Perlu Penuhi Persayaratan Internasional - BSN dan KAN Siap Bantu Solusi Sertifikasi Halal

NERACA

 

Jakarta - Produk pangan, obat-obatan dan kosmetika harus aman dikonsumsi dan digunakan baik dari sisi kesehatan dan bagi umat islam harus halal. Label halal dari makanan yang didistribusikan di pasar seharusnya mengindikasikan statusnya (halal ataupun non halal).

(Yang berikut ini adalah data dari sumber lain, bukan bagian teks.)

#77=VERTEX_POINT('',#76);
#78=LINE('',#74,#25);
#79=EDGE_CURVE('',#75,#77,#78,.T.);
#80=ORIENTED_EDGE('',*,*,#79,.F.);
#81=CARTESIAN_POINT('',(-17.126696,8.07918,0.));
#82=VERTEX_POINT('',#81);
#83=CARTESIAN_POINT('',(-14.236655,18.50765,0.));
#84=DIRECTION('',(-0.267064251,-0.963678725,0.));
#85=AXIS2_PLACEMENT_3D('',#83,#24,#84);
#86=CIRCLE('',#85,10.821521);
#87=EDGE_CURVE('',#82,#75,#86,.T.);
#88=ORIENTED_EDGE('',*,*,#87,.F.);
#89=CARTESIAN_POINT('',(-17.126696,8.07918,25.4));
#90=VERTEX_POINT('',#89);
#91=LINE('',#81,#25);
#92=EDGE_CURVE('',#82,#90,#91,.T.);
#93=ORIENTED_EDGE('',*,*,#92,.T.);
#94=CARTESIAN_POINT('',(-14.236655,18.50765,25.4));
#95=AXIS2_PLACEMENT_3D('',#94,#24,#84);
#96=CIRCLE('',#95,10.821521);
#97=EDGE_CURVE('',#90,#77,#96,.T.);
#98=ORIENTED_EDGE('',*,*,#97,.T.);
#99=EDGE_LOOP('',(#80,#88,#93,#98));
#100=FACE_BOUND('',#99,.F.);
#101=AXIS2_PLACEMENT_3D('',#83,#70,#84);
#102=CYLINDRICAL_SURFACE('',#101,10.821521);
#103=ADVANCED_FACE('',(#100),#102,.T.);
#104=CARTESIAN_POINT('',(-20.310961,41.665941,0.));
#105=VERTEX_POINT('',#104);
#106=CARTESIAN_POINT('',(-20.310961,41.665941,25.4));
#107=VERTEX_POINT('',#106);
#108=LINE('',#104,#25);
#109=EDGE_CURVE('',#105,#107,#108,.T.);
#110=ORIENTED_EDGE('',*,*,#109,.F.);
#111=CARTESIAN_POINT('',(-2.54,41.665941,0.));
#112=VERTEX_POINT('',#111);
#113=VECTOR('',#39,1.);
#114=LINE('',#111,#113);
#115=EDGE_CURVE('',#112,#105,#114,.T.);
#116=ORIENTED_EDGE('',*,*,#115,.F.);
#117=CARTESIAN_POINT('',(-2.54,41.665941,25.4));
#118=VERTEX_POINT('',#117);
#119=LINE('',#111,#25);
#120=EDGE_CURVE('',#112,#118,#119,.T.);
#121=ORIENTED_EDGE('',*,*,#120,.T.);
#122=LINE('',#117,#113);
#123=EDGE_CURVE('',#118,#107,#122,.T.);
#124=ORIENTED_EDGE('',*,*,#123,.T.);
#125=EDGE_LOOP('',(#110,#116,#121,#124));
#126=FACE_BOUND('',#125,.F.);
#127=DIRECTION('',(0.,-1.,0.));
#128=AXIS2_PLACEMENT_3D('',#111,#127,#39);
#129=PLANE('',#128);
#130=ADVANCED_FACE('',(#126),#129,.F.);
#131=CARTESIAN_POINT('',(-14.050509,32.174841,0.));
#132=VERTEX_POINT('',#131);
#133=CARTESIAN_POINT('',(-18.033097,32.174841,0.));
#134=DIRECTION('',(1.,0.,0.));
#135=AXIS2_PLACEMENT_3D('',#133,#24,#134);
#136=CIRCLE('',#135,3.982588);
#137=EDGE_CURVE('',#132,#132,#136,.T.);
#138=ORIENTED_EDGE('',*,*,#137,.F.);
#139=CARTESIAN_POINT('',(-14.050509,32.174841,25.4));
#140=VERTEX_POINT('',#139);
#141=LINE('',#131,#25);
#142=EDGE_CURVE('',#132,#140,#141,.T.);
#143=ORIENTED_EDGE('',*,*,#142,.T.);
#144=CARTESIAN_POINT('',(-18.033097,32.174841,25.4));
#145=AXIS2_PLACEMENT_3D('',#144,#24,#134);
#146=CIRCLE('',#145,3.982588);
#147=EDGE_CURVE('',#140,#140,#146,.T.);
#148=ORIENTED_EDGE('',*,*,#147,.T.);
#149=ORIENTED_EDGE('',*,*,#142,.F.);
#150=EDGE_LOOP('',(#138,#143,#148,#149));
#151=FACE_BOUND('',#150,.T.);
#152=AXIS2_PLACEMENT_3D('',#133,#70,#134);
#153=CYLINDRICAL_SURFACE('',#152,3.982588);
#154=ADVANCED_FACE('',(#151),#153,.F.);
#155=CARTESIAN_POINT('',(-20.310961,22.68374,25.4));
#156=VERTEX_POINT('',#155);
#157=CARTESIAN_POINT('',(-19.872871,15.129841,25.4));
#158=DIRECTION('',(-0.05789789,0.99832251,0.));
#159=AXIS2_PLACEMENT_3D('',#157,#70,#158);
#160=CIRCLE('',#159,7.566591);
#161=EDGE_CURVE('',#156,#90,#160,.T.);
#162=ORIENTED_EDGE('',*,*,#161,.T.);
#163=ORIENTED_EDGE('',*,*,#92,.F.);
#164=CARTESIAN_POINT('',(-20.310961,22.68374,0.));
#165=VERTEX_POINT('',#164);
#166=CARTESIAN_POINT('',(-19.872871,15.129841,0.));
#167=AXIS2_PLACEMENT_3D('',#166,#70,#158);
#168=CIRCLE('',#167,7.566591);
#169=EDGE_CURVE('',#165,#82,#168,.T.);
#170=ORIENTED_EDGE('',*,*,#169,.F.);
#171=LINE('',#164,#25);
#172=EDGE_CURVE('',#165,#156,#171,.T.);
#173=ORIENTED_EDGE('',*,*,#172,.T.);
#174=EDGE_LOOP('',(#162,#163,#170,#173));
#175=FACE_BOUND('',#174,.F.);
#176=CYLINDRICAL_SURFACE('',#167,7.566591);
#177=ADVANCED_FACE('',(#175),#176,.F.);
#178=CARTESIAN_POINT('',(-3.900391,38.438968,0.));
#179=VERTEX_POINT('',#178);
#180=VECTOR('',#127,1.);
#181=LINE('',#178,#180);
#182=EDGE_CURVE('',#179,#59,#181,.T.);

Bagi produk makanan yang diproduksi oleh suatu perusahaan tidaklah mudah untuk menetapkan kehalalan produk dikarenakan proses produksi yang kompleks. Perkembangan teknologi memungkinkan produk dibuat dari bahan/material yang dilarang (tidak halal) misalnya dalam komposisi, bahan tambahan pangan, atau pada saat memproses berbagai macam makanan.

Konsekuensinya, terdapat beberapa makanan yang bercampur antara bahan/material yang halal dan tidak halal, hal ini menyebabkan status halal dari makanan tersebut menjadi tidak jelas (syub’hat, mashbuh). Sehubungan dengan status halal tersebut, seluruh proses makanan dengan status halal tidak boleh meragukan, harus dapat ditelusuri melalui proses sertifikasi halal.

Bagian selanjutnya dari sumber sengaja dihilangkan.